Paternal impact on pregnancy disease risk

In their work, Hackett and his colleagues also discovered that placental defects, including poor vascularisation and reduced growth, occurred more frequently in pregnancies involving dysbiotic males.

The defective placentas exhibited hallmarks of a common pregnancy complication in humans called pre-eclampsia, which leads to impaired offspring growth and is a risk factor for developing a wide range of common diseases later in life.

“Our study demonstrates the existence of a channel of communication between the gut microbiota and the reproductive system in mammals.

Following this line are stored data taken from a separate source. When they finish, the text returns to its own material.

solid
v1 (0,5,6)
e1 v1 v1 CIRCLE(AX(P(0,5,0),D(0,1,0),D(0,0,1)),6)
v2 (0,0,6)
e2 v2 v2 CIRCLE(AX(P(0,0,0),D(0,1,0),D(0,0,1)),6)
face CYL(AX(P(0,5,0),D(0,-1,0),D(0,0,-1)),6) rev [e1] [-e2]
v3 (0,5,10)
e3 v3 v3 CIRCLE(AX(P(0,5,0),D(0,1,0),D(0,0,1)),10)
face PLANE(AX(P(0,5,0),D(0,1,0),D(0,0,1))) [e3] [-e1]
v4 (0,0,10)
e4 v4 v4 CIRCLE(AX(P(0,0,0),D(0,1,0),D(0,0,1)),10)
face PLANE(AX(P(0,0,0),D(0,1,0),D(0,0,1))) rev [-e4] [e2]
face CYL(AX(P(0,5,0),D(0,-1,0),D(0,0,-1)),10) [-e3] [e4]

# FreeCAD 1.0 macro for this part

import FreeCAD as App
import Part
import Sketcher
from FreeCAD import Vector

doc = App.newDocument("Part")
body = doc.addObject("PartDesign::Body", "Body")

# Sketch on XZ plane
sketch1 = body.newObject("Sketcher::SketchObject", "Sketch")
sketch1.AttachmentSupport = (doc.getObject("XZ_Plane"), [""])
sketch1.MapMode = "FlatFace"
sketch1.addGeometry([
    Part.Circle(Vector(0, 0, 0), Vector(0, 0, 1), 10),
    Part.Circle(Vector(0, 0, 0), Vector(0, 0, 1), 6),
], False)
sketch1.addConstraint([
    Sketcher.Constraint("Coincident", 0, 3, -1, 1),
    Sketcher.Constraint("Coincident", 1, 3, -1, 1),
    Sketcher.Constraint("Diameter", 0, 20.0),
    Sketcher.Constraint("Diameter", 1, 12.0),
])
pad1 = body.newObject("PartDesign::Pad", "Pad")
pad1.Profile = sketch1
pad1.Length = 5
pad1.Reversed = True

doc.recompute()
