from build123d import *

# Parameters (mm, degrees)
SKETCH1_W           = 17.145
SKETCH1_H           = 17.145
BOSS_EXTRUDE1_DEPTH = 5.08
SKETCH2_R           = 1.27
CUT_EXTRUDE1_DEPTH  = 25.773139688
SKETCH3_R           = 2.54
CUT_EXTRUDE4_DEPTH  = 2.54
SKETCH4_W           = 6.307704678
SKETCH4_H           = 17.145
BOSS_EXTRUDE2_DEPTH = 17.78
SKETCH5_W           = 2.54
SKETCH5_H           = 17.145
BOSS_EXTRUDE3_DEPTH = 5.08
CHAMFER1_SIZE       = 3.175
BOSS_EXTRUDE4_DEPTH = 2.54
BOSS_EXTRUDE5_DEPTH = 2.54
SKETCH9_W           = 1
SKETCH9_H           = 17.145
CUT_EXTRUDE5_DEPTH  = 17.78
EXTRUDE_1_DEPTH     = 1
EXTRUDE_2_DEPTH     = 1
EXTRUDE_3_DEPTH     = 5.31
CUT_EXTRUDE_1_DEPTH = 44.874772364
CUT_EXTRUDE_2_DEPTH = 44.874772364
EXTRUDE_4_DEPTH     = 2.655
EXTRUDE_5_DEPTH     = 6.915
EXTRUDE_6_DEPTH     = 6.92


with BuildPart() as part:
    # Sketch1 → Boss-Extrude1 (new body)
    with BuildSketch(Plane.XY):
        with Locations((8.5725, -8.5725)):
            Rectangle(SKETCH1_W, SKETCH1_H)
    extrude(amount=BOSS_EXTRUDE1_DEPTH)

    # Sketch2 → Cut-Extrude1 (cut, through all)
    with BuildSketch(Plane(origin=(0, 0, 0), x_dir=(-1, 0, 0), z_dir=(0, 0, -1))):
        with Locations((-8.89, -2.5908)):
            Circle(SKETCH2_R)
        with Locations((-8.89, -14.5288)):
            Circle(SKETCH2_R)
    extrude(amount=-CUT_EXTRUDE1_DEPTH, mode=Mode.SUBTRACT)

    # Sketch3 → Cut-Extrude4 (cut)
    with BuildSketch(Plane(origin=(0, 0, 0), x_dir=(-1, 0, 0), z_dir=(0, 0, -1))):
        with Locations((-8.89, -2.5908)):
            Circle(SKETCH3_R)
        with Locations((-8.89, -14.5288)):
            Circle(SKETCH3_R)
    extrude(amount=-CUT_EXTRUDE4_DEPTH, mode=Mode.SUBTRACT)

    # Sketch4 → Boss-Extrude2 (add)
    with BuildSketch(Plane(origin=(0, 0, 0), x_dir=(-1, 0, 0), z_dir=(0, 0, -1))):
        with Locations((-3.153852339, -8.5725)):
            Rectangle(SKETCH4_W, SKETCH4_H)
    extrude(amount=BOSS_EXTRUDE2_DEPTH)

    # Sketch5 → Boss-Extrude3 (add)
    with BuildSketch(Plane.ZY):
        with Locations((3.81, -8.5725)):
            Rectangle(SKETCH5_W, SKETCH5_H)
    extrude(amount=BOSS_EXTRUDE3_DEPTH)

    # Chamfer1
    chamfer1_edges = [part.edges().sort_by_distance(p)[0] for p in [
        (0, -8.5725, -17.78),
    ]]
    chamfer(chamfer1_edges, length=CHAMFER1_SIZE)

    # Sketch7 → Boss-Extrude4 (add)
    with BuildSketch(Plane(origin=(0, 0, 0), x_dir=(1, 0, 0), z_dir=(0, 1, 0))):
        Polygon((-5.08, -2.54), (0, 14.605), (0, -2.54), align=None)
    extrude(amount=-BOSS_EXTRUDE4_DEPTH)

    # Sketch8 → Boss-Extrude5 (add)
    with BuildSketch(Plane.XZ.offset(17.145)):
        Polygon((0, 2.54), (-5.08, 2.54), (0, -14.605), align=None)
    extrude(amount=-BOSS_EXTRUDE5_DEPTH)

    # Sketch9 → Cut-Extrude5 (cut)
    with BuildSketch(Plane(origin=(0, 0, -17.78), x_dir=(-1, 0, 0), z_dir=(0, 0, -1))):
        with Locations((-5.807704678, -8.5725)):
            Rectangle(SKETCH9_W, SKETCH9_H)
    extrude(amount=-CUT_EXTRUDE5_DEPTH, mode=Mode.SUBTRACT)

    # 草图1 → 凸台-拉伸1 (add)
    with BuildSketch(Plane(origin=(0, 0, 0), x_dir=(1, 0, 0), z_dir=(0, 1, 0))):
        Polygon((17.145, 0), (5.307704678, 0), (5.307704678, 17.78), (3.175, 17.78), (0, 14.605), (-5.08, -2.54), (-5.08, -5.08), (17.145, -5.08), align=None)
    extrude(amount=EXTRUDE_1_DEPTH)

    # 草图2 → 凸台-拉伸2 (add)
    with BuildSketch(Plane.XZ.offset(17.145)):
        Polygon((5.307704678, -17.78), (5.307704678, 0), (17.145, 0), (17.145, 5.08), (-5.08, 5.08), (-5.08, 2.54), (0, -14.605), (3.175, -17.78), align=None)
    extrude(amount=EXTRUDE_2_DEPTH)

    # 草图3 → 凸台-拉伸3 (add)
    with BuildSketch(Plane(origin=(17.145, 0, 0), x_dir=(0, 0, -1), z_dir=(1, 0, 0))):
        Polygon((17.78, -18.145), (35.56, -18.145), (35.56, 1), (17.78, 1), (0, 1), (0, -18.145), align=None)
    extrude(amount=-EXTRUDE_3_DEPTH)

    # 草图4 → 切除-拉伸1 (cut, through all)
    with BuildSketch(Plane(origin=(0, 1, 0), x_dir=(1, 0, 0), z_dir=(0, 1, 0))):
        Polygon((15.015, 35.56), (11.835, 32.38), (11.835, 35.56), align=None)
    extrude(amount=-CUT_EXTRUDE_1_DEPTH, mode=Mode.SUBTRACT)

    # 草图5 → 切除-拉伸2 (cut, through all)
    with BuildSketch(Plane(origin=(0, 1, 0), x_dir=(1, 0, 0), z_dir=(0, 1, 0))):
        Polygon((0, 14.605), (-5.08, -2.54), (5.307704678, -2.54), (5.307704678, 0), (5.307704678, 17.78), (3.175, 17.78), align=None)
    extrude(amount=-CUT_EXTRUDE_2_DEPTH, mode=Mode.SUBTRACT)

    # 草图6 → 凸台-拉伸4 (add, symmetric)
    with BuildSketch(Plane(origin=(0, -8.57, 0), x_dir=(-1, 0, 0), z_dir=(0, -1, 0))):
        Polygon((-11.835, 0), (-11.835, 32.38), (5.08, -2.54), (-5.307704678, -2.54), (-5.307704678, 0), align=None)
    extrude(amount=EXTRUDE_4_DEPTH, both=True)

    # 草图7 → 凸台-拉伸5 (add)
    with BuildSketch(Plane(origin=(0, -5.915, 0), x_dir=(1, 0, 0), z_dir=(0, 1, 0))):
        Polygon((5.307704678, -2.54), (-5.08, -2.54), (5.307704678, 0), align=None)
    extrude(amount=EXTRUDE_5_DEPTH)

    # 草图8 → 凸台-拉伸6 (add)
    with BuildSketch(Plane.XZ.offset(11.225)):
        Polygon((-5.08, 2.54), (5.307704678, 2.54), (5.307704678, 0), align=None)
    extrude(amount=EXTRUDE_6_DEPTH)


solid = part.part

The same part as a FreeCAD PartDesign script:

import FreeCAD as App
import Part
import Sketcher
Q = App.Units.Quantity


def edges_at(feature, points):
    """Names of the edges that pass closest to the given points."""
    edges = feature.Shape.Edges
    near = lambda p: min(range(len(edges)), key=lambda i: edges[i].distToShape(Part.Vertex(*p))[0])
    return sorted({f"Edge{near(p) + 1}" for p in points})

doc = App.newDocument("Part")
body = doc.addObject("PartDesign::Body", "Body")

# Sketch on XY plane
sketch1 = body.newObject("Sketcher::SketchObject", "Sketch")
sketch1.AttachmentSupport = (doc.getObject("XY_Plane"), [""])
sketch1.MapMode = "FlatFace"
sketch1.addGeometry([
    Part.LineSegment(App.Vector(0, 0, 0), App.Vector(0, -17, 0)),
    Part.LineSegment(App.Vector(0, -17, 0), App.Vector(17, -17, 0)),
    Part.LineSegment(App.Vector(17, -17, 0), App.Vector(17, 0, 0)),
    Part.LineSegment(App.Vector(17, 0, 0), App.Vector(0, 0, 0)),
], False)
sketch1.addConstraint([
    Sketcher.Constraint("Coincident", 0, 2, 1, 1),
    Sketcher.Constraint("Coincident", 1, 2, 2, 1),
    Sketcher.Constraint("Coincident", 2, 2, 3, 1),
    Sketcher.Constraint("Coincident", 3, 2, 0, 1),
    Sketcher.Constraint("Vertical", 0),
    Sketcher.Constraint("Horizontal", 1),
    Sketcher.Constraint("Vertical", 2),
    Sketcher.Constraint("Horizontal", 3),
    Sketcher.Constraint("Coincident", 3, 2, -1, 1),
    Sketcher.Constraint("Equal", 3, 0),
    Sketcher.Constraint("DistanceX", 1, 1, 1, 2, Q("0.675 in")),
])
pad1 = body.newObject("PartDesign::Pad", "Pad")
pad1.Profile = sketch1
pad1.Length = Q("0.2 in")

“What’s more, environmental factors that disrupt these signals in prospective fathers increase the risk of adverse health in offspring, through altering placental development” said Jamie Hackett, coordinator of the research project and an EMBL Rome Group Leader.

“This implies that in mice, the environment of a father just prior to conception can influence offspring traits independently of genetic inheritance.” 

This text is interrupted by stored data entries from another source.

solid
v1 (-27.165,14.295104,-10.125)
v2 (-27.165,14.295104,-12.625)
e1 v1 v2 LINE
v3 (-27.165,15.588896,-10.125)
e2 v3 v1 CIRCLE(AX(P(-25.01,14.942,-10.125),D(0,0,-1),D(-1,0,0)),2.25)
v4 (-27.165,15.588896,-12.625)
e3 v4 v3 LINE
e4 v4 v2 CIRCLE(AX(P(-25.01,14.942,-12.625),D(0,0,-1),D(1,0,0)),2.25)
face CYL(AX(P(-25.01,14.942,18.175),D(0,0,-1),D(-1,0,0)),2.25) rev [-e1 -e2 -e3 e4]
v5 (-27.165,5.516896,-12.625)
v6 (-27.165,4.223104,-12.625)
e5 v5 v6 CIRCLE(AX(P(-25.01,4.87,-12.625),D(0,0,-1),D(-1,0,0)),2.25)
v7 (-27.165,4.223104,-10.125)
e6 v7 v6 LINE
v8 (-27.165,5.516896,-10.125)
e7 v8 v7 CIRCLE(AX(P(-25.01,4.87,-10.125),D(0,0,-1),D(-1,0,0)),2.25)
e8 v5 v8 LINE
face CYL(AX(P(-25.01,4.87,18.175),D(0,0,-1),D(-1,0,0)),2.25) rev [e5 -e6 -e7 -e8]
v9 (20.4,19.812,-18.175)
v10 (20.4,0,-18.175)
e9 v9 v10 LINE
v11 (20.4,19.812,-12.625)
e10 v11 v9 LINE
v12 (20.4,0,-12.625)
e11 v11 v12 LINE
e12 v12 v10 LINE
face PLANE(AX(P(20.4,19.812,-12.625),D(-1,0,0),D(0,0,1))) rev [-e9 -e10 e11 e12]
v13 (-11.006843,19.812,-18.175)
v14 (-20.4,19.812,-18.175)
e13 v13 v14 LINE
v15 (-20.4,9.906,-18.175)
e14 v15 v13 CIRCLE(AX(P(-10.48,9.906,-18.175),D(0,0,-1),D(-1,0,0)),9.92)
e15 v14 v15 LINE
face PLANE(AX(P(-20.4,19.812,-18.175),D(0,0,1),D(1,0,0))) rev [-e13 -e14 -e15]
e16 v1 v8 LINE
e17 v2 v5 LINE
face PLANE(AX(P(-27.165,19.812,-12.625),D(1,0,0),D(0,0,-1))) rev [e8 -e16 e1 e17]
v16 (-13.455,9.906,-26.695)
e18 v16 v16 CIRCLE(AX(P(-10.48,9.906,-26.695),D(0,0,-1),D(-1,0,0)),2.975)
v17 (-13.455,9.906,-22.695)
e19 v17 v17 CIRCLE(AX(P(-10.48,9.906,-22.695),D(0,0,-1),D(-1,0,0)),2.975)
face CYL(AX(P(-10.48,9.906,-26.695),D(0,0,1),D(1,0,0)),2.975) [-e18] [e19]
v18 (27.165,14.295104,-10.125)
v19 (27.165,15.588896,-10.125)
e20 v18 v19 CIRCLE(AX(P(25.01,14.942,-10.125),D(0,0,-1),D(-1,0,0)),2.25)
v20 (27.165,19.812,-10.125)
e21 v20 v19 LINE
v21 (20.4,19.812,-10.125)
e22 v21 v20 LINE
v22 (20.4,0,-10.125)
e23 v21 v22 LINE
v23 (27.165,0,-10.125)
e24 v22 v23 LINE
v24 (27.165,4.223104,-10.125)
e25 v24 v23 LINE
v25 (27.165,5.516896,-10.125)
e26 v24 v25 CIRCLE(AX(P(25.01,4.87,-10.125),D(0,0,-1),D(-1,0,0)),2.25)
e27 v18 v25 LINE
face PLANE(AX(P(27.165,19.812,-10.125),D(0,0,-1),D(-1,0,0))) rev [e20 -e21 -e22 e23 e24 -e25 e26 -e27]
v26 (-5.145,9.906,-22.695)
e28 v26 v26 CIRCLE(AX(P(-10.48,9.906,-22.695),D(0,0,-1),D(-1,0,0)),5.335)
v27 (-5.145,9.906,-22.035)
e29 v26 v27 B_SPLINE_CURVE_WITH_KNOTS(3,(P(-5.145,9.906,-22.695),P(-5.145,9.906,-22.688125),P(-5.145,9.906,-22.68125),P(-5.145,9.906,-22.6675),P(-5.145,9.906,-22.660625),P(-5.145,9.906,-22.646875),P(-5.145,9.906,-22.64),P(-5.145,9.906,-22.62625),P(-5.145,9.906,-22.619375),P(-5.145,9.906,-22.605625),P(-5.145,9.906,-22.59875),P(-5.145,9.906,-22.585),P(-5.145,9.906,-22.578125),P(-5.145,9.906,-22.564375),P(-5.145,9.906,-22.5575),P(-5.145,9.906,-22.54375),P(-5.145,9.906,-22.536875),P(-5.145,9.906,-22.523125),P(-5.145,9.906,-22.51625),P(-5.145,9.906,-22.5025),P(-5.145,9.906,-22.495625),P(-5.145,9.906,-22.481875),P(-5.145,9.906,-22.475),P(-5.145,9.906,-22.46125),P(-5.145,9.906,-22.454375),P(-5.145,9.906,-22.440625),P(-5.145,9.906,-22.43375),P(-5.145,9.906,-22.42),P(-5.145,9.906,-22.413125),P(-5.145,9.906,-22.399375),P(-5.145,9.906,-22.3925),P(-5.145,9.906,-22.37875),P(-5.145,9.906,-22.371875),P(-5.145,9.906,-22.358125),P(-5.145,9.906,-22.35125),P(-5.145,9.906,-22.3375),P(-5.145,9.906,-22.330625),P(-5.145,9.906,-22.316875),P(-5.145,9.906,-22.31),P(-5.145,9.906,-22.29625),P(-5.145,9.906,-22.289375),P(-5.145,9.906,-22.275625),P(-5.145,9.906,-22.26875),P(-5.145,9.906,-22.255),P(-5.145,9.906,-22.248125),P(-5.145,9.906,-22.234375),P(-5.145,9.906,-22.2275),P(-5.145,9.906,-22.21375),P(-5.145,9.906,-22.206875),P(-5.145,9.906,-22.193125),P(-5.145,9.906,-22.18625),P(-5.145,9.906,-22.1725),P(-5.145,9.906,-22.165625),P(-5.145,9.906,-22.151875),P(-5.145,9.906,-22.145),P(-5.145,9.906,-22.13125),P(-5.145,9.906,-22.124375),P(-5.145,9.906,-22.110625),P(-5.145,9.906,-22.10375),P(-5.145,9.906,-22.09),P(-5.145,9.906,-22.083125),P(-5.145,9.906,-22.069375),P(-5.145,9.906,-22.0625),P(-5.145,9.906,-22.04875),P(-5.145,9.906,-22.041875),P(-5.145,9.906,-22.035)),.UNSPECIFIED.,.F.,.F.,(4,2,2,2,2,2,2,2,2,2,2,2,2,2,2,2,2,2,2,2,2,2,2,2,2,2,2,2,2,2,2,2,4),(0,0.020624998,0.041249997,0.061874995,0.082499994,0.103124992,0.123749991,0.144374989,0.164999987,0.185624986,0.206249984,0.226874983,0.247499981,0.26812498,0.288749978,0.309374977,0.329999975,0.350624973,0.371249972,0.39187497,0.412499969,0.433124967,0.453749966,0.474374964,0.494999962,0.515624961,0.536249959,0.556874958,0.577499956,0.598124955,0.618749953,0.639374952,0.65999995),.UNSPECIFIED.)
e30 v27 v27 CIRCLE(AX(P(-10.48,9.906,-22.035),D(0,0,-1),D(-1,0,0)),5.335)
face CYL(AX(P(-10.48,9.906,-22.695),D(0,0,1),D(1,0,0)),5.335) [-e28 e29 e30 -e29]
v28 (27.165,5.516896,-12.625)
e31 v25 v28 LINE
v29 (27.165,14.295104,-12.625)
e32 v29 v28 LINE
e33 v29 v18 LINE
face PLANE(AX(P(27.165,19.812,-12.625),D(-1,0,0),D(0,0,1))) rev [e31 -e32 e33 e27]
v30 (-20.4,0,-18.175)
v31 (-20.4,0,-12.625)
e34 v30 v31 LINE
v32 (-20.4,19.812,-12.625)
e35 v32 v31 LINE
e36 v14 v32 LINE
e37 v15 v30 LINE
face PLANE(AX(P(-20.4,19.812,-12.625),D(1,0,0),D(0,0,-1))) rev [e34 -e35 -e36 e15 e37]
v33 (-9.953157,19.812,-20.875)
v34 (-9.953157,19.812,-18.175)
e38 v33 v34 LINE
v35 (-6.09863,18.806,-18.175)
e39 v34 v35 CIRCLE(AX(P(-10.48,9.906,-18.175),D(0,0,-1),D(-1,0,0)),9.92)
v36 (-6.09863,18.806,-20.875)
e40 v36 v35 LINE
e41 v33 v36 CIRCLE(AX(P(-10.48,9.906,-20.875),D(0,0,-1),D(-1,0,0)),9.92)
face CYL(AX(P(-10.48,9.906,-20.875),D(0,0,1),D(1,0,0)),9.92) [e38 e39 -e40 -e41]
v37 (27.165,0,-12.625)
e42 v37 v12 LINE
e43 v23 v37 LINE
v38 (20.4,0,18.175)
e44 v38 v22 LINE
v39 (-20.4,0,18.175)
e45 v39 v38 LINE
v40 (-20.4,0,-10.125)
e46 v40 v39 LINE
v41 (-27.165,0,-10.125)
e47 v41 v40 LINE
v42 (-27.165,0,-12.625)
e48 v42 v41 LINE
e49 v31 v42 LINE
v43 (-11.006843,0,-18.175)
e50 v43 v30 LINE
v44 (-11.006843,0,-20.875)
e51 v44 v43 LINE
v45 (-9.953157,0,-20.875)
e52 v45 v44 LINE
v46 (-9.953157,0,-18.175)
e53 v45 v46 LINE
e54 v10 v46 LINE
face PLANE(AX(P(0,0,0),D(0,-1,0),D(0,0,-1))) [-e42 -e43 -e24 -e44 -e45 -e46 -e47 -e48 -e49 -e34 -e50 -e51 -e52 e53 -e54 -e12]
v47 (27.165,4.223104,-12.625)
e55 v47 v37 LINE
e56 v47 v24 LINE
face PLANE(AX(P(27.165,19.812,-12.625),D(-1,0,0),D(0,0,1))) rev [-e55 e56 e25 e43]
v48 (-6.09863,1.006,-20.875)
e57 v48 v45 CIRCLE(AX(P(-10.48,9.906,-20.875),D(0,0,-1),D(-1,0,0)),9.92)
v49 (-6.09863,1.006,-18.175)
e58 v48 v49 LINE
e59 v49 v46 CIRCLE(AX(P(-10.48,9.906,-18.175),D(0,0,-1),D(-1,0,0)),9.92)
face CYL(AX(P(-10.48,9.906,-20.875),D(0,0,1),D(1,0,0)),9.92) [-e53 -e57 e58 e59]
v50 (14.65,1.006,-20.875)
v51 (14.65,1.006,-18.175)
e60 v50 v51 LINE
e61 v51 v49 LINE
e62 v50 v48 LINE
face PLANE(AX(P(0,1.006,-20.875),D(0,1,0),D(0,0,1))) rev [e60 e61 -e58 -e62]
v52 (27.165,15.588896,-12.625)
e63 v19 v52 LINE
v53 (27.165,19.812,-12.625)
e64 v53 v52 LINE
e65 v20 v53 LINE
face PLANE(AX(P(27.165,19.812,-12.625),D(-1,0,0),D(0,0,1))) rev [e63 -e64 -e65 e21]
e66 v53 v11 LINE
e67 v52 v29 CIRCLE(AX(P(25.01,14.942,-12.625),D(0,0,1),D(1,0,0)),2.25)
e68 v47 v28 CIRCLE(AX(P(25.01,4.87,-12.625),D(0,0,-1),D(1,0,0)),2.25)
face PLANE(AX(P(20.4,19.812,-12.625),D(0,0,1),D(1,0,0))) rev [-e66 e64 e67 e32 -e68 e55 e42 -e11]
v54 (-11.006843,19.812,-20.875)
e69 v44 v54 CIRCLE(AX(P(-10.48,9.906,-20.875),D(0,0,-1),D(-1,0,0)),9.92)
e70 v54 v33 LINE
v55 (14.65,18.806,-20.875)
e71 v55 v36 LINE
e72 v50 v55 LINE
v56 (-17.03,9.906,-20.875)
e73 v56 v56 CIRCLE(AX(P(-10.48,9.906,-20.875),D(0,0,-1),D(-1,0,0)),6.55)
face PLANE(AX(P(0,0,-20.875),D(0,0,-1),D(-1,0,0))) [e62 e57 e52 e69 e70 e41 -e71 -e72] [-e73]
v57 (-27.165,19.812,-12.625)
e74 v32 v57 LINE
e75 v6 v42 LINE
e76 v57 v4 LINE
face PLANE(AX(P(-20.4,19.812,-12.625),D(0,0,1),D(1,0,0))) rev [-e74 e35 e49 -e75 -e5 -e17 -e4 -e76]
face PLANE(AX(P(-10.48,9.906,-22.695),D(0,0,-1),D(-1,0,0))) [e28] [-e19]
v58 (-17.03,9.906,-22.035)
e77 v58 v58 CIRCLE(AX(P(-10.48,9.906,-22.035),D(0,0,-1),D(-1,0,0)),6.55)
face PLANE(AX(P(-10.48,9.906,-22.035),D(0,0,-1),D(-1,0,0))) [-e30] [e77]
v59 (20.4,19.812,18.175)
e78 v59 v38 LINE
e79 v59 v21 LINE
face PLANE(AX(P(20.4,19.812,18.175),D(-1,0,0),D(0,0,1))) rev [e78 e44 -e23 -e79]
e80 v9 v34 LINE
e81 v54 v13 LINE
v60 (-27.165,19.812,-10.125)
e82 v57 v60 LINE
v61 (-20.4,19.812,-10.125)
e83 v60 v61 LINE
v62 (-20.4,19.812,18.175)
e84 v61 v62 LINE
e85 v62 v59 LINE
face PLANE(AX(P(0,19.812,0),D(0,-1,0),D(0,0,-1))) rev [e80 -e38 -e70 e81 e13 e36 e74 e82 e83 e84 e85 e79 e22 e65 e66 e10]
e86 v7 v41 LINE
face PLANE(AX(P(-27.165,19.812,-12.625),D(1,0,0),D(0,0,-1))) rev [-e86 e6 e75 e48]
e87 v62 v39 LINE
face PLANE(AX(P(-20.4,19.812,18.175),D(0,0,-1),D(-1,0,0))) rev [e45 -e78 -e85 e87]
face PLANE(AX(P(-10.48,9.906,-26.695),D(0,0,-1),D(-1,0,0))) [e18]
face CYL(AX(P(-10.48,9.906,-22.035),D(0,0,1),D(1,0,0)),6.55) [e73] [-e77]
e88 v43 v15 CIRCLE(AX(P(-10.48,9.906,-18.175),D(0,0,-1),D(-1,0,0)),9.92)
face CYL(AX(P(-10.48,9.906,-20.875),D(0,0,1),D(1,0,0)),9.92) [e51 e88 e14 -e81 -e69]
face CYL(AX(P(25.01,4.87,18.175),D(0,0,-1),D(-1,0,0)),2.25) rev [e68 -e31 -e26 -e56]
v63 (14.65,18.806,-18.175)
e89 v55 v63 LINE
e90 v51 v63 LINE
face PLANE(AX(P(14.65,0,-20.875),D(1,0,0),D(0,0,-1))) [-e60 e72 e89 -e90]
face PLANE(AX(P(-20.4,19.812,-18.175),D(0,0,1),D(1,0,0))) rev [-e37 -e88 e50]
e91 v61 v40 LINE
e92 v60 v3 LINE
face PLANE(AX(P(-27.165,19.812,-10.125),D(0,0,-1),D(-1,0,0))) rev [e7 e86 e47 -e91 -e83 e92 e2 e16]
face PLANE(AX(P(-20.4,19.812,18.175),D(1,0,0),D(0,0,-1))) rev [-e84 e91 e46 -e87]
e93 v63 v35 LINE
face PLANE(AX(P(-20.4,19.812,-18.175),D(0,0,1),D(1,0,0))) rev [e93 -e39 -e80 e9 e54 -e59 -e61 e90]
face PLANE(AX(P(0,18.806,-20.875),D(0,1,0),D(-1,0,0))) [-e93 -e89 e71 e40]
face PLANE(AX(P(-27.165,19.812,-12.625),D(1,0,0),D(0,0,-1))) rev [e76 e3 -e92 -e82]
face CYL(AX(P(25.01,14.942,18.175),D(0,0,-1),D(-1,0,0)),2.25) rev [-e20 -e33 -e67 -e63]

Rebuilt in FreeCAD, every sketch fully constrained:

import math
import FreeCAD as App
import Part
import Sketcher
Q = App.Units.Quantity

doc = App.newDocument("Part")
body = doc.addObject("PartDesign::Body", "Body")

# Sketch on XZ plane
sketch1 = body.newObject("Sketcher::SketchObject", "Sketch")
sketch1.AttachmentSupport = (doc.getObject("XZ_Plane"), [""])
sketch1.MapMode = "FlatFace"
sketch1.addGeometry([
    Part.LineSegment(App.Vector(-20.4, 18.175, 0), App.Vector(20.4, 18.175, 0)),  # 0
    Part.LineSegment(App.Vector(20.4, 18.175, 0), App.Vector(20.4, -10.125, 0)),  # 1
    Part.LineSegment(App.Vector(20.4, -10.125, 0), App.Vector(27.165, -10.125, 0)),  # 2
    Part.LineSegment(App.Vector(27.165, -10.125, 0), App.Vector(27.165, -12.625, 0)),  # 3
    Part.LineSegment(App.Vector(27.165, -12.625, 0), App.Vector(20.4, -12.625, 0)),  # 4
    Part.LineSegment(App.Vector(20.4, -12.625, 0), App.Vector(20.4, -18.175, 0)),  # 5
    Part.LineSegment(App.Vector(20.4, -18.175, 0), App.Vector(-20.4, -18.175, 0)),  # 6
    Part.LineSegment(App.Vector(-20.4, -18.175, 0), App.Vector(-20.4, -12.625, 0)),  # 7
    Part.LineSegment(App.Vector(-20.4, -12.625, 0), App.Vector(-27.165, -12.625, 0)),  # 8
    Part.LineSegment(App.Vector(-27.165, -12.625, 0), App.Vector(-27.165, -10.125, 0)),  # 9
    Part.LineSegment(App.Vector(-27.165, -10.125, 0), App.Vector(-20.4, -10.125, 0)),  # 10
    Part.LineSegment(App.Vector(-20.4, -10.125, 0), App.Vector(-20.4, 18.175, 0)),  # 11
], False)
sketch1.addConstraint([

“At the same time, we find the effect is for one generation only, and I should be clear that further studies are needed to investigate how pervasive these effects are and whether they have relevance in humans. There are intrinsic differences to be considered when translating results from mouse models to humans.”

Hackett continued: “But given the widespread prevalence of dietary and antibiotic practices in Western culture that are known to disrupt the gut microbiota, it is important to consider paternal intergenerational effects more carefully  – and how they may be affecting pregnancy outcomes and population disease risk.”

About this microbiome and neurodevelopment research news

Author: Lisa Vollmar
Source: EMBL
Contact: Lisa Vollmar – EMBL
Image: The image is credited to Neuroscience News

Original Research: Open access.
“Paternal microbiome perturbations impact offspring fitness” by Peer Bork et al. Nature

Abstract

Paternal microbiome perturbations impact offspring fitness

The gut microbiota operates at the interface of host–environment interactions to influence human homoeostasis and metabolic networks.

Environmental factors that unbalance gut microbial ecosystems can therefore shape physiological and disease-associated responses across somatic tissues.

However, the systemic impact of the gut microbiome on the germline—and consequently on the F₁ offspring it gives rise to—is unexplored.

Here we show that the gut microbiota act as a key interface between paternal preconception environment and intergenerational health in mice.

Perturbations to the gut microbiota of prospective fathers increase the probability of their offspring presenting with low birth weight, severe growth restriction and premature mortality.

Transmission of disease risk occurs via the germline and is provoked by pervasive gut microbiome perturbations, including non-absorbable antibiotics or osmotic laxatives, but is rescued by restoring the paternal microbiota before conception.

This effect is linked with a dynamic response to induced dysbiosis in the male reproductive system, including impaired leptin signalling, altered testicular metabolite profiles and remapped small RNA payloads in sperm.

As a result, dysbiotic fathers trigger an elevated risk of in utero placental insufficiency, revealing a placental origin of mammalian intergenerational effects.

Our study defines a regulatory ‘gut–germline axis’ in males, which is sensitive to environmental exposures and programmes offspring fitness through impacting placenta function.